Abstract:
An antenna composed of an array of helical radiators has, in accordance with a methodology of the invention, a physical structure for reducing mutual coupling between closely spaced radiators so as to permit a reduction in spacing of the radiators. The radiators are mounted upon a mounting base, such as a ground plane element, with the helical radiators extending forward of the mounting base. Distances between the radiators and the mounting base are staggered in an amount approximately equal to one turn of a helix. The stagger distance corresponds approximately to one quarter of a free-space wavelength. The staggering significantly reduces the mutual coupling so as to permit closer spacing of the helical radiators such as, by way of example, in the formation of a feed directing radiant energy to a reflector of the antenna.

Description:
BACKGROUND OF THE INVENTION 
     This invention relates to antennas comprising an array of helical radiators and, more particularly, to a helical array antenna, or a feed in the case of a reflector antenna, wherein distances between the radiators and a mounting base, such as a ground plane or feed of the antenna, are staggered in an amount equal approximately to one turn of a helix. 
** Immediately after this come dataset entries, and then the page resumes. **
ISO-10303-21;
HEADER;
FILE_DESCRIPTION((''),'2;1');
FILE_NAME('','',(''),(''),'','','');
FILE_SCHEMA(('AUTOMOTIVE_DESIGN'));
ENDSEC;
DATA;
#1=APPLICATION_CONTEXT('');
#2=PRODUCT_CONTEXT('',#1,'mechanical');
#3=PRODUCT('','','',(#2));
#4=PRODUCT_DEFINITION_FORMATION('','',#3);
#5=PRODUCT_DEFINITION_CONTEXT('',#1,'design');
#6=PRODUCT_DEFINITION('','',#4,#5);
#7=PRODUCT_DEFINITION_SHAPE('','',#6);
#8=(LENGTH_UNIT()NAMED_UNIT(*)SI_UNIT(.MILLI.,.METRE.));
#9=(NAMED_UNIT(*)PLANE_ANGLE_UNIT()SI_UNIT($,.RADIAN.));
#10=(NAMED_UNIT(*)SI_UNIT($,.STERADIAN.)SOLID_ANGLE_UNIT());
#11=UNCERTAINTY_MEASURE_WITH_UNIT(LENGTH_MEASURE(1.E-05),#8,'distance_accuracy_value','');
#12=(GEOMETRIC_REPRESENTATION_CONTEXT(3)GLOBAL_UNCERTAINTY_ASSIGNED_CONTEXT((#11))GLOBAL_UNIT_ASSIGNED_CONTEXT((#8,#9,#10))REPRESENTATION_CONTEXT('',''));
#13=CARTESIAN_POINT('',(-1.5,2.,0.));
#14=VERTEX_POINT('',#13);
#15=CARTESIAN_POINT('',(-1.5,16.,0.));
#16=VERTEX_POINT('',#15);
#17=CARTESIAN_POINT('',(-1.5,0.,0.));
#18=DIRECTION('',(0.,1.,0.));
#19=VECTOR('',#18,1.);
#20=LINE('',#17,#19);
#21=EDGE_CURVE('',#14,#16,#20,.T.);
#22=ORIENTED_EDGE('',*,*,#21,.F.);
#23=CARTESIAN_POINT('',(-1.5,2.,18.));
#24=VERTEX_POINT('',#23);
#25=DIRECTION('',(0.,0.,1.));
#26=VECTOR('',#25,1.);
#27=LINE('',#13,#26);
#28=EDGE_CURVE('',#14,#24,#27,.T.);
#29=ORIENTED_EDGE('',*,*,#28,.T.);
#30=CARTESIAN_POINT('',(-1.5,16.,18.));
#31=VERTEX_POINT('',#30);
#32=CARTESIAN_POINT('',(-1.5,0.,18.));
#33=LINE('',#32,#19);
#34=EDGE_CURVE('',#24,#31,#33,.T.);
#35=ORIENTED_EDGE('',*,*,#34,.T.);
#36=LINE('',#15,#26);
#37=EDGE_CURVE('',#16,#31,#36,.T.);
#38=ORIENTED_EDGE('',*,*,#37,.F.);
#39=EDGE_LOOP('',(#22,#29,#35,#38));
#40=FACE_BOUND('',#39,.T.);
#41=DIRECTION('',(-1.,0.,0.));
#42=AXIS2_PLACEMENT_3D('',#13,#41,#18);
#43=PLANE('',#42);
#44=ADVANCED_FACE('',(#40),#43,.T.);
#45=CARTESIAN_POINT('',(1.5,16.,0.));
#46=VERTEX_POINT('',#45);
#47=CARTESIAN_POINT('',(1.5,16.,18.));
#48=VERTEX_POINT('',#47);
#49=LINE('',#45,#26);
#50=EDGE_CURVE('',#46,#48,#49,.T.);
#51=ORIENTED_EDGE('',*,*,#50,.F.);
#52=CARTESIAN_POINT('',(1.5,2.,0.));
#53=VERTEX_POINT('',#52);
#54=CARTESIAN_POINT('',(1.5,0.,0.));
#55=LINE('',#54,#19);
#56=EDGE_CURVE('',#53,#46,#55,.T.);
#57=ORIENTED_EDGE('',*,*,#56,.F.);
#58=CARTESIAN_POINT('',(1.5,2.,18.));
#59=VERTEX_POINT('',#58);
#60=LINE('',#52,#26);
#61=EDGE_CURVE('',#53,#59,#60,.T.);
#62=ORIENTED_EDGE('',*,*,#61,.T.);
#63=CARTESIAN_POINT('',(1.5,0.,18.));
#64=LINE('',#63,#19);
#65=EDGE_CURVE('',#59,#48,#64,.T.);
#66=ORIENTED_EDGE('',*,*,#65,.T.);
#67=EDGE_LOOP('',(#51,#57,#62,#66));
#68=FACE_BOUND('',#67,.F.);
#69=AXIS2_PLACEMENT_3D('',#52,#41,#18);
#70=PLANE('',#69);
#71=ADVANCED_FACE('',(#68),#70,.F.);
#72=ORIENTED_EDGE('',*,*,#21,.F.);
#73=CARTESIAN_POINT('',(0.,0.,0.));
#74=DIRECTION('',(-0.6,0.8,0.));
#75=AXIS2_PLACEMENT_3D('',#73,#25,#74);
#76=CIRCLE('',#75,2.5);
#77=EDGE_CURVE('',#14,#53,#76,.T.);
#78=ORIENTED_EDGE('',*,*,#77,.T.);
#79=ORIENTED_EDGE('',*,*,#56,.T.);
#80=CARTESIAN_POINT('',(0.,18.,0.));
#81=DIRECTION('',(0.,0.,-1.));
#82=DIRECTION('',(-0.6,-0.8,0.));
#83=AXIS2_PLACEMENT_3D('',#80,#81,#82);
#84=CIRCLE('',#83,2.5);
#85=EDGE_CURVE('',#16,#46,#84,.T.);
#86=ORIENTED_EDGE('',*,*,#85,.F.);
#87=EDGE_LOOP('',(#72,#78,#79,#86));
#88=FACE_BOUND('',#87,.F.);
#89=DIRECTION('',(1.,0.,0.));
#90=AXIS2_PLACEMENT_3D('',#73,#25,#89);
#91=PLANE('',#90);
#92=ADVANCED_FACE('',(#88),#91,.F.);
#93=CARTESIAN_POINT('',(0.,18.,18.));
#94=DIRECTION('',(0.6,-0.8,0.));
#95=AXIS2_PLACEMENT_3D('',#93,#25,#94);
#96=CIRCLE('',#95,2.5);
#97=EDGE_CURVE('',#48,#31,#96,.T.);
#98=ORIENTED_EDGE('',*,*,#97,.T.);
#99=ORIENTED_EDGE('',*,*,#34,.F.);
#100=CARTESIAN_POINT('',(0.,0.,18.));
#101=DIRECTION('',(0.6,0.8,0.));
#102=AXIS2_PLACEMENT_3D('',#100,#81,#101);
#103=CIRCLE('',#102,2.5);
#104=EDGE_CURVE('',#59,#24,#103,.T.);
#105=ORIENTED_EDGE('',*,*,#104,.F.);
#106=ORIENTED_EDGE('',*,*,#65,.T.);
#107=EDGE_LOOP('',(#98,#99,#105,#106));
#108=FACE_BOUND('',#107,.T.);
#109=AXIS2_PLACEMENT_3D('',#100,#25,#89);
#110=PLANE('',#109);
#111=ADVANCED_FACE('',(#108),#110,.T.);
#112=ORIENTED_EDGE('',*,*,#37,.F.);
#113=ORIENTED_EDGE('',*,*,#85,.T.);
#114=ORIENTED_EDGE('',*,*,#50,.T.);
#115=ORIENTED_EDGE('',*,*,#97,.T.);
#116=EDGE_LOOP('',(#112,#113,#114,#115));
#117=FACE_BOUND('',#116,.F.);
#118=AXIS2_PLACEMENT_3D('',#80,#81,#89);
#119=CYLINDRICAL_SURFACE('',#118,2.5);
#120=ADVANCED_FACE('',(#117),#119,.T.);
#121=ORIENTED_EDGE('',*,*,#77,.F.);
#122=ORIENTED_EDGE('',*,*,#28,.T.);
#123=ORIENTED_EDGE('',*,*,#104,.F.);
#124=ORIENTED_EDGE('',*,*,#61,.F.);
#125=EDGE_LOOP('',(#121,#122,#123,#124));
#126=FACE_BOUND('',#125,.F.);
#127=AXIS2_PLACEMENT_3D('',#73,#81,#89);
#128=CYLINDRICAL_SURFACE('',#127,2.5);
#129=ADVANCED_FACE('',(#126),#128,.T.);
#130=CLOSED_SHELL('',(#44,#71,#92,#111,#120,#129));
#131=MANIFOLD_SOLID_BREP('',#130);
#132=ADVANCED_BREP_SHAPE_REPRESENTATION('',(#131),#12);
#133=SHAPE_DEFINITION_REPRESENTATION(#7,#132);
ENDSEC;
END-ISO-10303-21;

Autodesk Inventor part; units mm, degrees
ref_plane "YZ Plane" through (0, 0, 0) normal (1, 0, 0) x (0, 1, 0)
ref_plane "XZ Plane" through (0, 0, 0) normal (0, 1, 0) x (-1, 0, 0)
ref_plane "XY Plane" through (0, 0, 0) normal (0, 0, 1) x (1, 0, 0)
sketch "Sketch1" plane through (0, 0, 0) normal (0, 0, 1) x (1, 0, 0)
  circle A0 centre (0, 0) radius 2.5
  line L0 (0, 0) -> (0, 18)
  circle A1 centre (0, 18) radius 2.5
  line L1 (1.5, 0) -> (1.5, 18)
  line L2 (-1.5, 0) -> (-1.5, 18)
  point P0 (1.5, 2)
  point P1 (1.5, 16)
  point P2 (-1.5, 16)
  point P3 (-1.5, 2)
  dimension "d0" = 5
  dimension "d1" = 18
  dimension "d2" = 5
  dimension "d3" = 1.5
  dimension "d4" = 1.5
extrude "Extrusion1" add sketch "Sketch1" along normal blind 18
properties part number "index_joint"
     A helical antenna is formed of an elongated electrical conductor, such as a wire or rod, which is wound in spiral fashion upon a central electrically-insulating support to form a helix wherein the support lies along an axis of the helix. Generally, the helix extends outward from a mounting base, such as a ground element or ground plane disposed behind the helix and perpendicularly to an axis of the helix. Upon application of an RF (radio frequency) signal, between a back end of the conductor and the ground element, the helix acts as a slow-wave structure and radiates an electromagnetic wave from the helix in the manner of an end-fire array. There results a relatively narrow beam of radiant energy which is directed along the helix axis in the forward direction. 
     To increase the power and directivity of the beam, a plurality of helical radiators may be arranged side-by-side along a common ground plane to produce a resultant beam which is a composite of the beams of the individual radiators. Alternatively, a beam can be given a desired shape by placing a reflector in front of a helical radiator. When several beams are to be provided, an antenna feed is constructed of several helical radiators which face a common reflector, and each radiator may be operated at slightly different radiation frequencies which distinguish the signals of the respective beams. In both of the foregoing examples, there is provided an array of helical radiators arranged side-by-side. 
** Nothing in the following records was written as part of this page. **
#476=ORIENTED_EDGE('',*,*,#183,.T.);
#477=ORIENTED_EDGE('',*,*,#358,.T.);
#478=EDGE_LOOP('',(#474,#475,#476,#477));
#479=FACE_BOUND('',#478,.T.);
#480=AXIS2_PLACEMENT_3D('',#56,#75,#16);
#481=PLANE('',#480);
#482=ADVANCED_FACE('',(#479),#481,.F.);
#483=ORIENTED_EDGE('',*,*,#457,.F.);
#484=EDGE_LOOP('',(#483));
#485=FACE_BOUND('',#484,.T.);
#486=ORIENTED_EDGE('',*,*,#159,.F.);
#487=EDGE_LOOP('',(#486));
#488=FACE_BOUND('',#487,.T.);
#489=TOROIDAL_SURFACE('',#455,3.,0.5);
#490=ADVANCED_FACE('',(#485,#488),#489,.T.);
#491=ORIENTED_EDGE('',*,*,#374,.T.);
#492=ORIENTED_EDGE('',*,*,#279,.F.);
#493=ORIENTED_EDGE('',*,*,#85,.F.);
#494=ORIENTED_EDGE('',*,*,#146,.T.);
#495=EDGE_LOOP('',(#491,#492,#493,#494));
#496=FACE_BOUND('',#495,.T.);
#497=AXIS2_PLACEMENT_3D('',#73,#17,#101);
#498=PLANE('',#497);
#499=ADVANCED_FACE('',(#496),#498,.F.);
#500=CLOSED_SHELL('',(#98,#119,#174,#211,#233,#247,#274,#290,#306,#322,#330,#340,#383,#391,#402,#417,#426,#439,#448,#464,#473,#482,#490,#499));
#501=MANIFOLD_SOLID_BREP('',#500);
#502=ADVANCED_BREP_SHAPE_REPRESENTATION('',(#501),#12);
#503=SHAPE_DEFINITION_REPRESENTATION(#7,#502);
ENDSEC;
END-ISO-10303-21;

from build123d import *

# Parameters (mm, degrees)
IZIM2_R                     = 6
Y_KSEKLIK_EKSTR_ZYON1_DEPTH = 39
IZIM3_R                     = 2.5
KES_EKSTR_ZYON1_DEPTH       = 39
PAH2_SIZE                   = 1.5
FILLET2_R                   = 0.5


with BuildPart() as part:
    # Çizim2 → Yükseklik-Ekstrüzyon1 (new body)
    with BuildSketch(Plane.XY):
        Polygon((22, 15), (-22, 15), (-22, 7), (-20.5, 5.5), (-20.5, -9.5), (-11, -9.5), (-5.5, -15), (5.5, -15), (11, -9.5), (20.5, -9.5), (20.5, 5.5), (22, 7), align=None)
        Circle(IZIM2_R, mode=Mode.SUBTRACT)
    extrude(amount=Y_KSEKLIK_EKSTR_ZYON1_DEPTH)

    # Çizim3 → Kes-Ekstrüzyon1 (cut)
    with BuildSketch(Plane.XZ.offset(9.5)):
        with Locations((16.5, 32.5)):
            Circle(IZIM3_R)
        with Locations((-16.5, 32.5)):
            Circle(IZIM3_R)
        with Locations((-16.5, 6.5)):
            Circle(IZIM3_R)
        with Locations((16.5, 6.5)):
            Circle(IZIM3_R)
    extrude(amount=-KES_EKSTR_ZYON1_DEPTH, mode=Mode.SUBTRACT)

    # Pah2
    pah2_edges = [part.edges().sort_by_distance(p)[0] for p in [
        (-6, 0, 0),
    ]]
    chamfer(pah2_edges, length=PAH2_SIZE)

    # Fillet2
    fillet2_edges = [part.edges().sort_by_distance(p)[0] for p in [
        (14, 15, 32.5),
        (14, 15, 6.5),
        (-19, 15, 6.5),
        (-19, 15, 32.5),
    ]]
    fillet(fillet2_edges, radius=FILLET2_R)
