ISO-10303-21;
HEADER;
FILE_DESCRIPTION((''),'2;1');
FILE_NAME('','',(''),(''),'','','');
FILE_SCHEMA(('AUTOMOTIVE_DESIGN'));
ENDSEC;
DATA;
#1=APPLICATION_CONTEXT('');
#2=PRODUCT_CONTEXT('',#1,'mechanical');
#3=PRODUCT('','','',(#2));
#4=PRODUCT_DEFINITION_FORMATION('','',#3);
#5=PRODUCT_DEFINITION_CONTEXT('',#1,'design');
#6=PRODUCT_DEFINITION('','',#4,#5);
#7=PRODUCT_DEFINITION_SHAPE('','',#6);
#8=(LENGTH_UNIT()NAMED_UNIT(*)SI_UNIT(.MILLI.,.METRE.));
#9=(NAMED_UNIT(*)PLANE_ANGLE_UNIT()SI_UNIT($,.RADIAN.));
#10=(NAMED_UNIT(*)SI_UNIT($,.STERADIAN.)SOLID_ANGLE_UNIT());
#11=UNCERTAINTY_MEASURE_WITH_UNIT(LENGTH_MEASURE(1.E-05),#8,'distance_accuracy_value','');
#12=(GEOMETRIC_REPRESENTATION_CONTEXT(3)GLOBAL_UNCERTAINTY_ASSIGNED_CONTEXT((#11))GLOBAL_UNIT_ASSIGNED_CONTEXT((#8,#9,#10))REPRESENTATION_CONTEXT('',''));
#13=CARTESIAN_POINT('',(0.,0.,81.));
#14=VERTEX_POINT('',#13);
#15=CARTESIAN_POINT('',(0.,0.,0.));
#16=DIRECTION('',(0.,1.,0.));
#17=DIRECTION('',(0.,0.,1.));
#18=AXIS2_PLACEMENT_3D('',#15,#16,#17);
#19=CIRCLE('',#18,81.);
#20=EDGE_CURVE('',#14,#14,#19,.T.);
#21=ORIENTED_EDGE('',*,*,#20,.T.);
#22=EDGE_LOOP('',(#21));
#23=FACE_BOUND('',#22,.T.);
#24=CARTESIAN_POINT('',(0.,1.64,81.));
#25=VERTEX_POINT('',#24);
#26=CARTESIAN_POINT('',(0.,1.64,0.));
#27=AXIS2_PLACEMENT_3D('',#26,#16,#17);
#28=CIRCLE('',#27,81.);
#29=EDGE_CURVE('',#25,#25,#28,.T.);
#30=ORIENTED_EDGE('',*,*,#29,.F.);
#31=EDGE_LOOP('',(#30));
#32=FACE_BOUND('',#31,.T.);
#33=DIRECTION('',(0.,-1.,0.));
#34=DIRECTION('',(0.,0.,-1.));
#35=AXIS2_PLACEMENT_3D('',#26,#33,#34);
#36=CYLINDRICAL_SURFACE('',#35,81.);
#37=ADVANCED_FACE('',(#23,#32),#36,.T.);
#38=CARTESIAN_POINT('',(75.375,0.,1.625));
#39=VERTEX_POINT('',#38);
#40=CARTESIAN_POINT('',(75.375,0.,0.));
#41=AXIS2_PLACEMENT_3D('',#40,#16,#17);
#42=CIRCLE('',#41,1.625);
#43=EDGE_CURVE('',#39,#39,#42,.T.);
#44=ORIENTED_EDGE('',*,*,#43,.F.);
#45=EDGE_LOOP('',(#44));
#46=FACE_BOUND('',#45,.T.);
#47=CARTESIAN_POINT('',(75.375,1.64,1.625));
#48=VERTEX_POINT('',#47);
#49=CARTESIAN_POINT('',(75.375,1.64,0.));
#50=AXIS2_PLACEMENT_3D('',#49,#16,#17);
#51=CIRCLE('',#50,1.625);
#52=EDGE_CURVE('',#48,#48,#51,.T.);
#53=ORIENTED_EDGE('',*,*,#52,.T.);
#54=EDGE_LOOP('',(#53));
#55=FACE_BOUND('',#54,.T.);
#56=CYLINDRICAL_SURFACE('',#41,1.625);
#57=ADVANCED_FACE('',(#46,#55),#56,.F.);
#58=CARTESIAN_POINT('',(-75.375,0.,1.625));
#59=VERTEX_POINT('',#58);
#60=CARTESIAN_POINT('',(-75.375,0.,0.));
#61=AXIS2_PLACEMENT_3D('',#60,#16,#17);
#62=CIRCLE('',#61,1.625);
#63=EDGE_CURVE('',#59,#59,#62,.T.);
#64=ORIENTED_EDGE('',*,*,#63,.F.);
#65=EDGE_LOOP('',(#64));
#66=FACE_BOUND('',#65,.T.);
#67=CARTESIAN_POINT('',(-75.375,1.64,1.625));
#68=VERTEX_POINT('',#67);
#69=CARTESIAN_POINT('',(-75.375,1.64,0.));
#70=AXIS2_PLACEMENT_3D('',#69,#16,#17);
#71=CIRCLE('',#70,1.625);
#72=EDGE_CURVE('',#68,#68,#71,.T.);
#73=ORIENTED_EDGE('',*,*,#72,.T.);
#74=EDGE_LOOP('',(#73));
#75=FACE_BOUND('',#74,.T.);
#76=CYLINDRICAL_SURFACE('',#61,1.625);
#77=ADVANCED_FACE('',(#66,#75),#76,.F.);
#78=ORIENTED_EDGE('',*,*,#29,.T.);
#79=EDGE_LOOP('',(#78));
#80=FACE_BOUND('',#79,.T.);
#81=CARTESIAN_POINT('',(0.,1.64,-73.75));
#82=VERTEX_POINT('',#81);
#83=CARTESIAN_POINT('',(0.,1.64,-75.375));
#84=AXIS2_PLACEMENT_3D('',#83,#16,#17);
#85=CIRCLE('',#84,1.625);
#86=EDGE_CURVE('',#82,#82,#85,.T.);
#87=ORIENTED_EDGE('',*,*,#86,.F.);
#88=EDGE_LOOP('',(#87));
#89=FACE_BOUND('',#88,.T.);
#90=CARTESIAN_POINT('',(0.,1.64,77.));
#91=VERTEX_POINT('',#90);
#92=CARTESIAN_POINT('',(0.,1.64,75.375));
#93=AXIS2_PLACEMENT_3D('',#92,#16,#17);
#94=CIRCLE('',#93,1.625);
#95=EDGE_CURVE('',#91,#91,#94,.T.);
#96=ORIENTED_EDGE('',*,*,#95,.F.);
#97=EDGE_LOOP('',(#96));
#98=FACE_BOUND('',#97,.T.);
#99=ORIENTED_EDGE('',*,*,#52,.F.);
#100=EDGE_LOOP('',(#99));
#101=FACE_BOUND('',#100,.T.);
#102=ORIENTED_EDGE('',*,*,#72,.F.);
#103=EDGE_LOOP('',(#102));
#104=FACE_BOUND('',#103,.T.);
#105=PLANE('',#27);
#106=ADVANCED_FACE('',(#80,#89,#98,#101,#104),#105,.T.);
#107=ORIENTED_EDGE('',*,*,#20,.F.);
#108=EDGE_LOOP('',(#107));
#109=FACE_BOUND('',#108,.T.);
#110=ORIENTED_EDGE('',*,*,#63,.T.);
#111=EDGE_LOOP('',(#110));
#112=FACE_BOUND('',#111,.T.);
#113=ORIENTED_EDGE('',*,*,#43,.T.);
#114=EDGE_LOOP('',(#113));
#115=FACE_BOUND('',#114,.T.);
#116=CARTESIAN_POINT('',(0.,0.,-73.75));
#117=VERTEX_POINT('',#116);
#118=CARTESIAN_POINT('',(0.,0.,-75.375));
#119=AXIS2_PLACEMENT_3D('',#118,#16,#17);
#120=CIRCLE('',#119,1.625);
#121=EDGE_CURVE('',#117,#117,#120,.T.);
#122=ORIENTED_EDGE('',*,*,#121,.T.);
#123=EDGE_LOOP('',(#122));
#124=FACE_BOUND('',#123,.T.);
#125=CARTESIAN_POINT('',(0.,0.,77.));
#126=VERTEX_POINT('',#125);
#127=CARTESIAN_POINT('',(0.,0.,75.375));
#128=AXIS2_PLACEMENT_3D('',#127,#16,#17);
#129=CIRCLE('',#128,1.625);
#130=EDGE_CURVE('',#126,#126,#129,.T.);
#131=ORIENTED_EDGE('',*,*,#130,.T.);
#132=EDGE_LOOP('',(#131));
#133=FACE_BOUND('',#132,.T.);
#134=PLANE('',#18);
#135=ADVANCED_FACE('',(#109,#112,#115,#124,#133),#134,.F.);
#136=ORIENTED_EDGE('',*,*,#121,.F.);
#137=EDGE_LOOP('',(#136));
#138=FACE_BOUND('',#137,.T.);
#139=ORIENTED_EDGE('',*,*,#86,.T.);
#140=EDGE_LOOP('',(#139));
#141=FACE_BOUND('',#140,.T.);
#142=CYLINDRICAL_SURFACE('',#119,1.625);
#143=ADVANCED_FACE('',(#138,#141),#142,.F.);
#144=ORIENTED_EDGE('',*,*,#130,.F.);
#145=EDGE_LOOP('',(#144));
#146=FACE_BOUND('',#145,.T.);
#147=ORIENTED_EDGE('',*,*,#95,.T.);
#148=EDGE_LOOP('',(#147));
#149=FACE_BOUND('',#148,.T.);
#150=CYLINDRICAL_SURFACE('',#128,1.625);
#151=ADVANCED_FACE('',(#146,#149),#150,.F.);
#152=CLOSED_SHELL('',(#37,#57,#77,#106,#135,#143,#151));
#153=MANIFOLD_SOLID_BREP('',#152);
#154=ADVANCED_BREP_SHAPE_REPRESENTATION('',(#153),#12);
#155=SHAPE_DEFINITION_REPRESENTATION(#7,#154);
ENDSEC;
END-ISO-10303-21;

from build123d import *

# Parameters (mm, degrees)
SKETCH1_R           = 81
BOSS_EXTRUDE1_DEPTH = 1.64
SKETCH2_R           = 1.625
CUT_EXTRUDE1_DEPTH  = 2.64


with BuildPart() as part:
    # Sketch1 → Boss-Extrude1 (new body)
    with BuildSketch(Plane(origin=(0, 0, 0), x_dir=(1, 0, 0), z_dir=(0, 1, 0))):
        Circle(SKETCH1_R)
    extrude(amount=BOSS_EXTRUDE1_DEPTH)

    # Sketch2 → Cut-Extrude1 (cut, through all)
    with BuildSketch(Plane(origin=(0, 1.64, 0), x_dir=(1, 0, 0), z_dir=(0, 1, 0))):
        with Locations((0, -75.375)):
            Circle(SKETCH2_R)
        with Locations((-75.375, 0)):
            Circle(SKETCH2_R)
        with Locations((0, 75.375)):
            Circle(SKETCH2_R)
        with Locations((75.375, 0)):
            Circle(SKETCH2_R)
    extrude(amount=-CUT_EXTRUDE1_DEPTH, mode=Mode.SUBTRACT)


solid = part.part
     In such an array of radiators, each radiator retains its radiation characteristic if it is positioned at a sufficient distance from a neighboring radiator to insure no more than an insignificant amount of mutual coupling between the radiators. A minimal spacing, d, is given approximately by the product of the wavelength of the radiation multiplied by the square root of (G/4π) where G is the gain of an individual helical radiator. 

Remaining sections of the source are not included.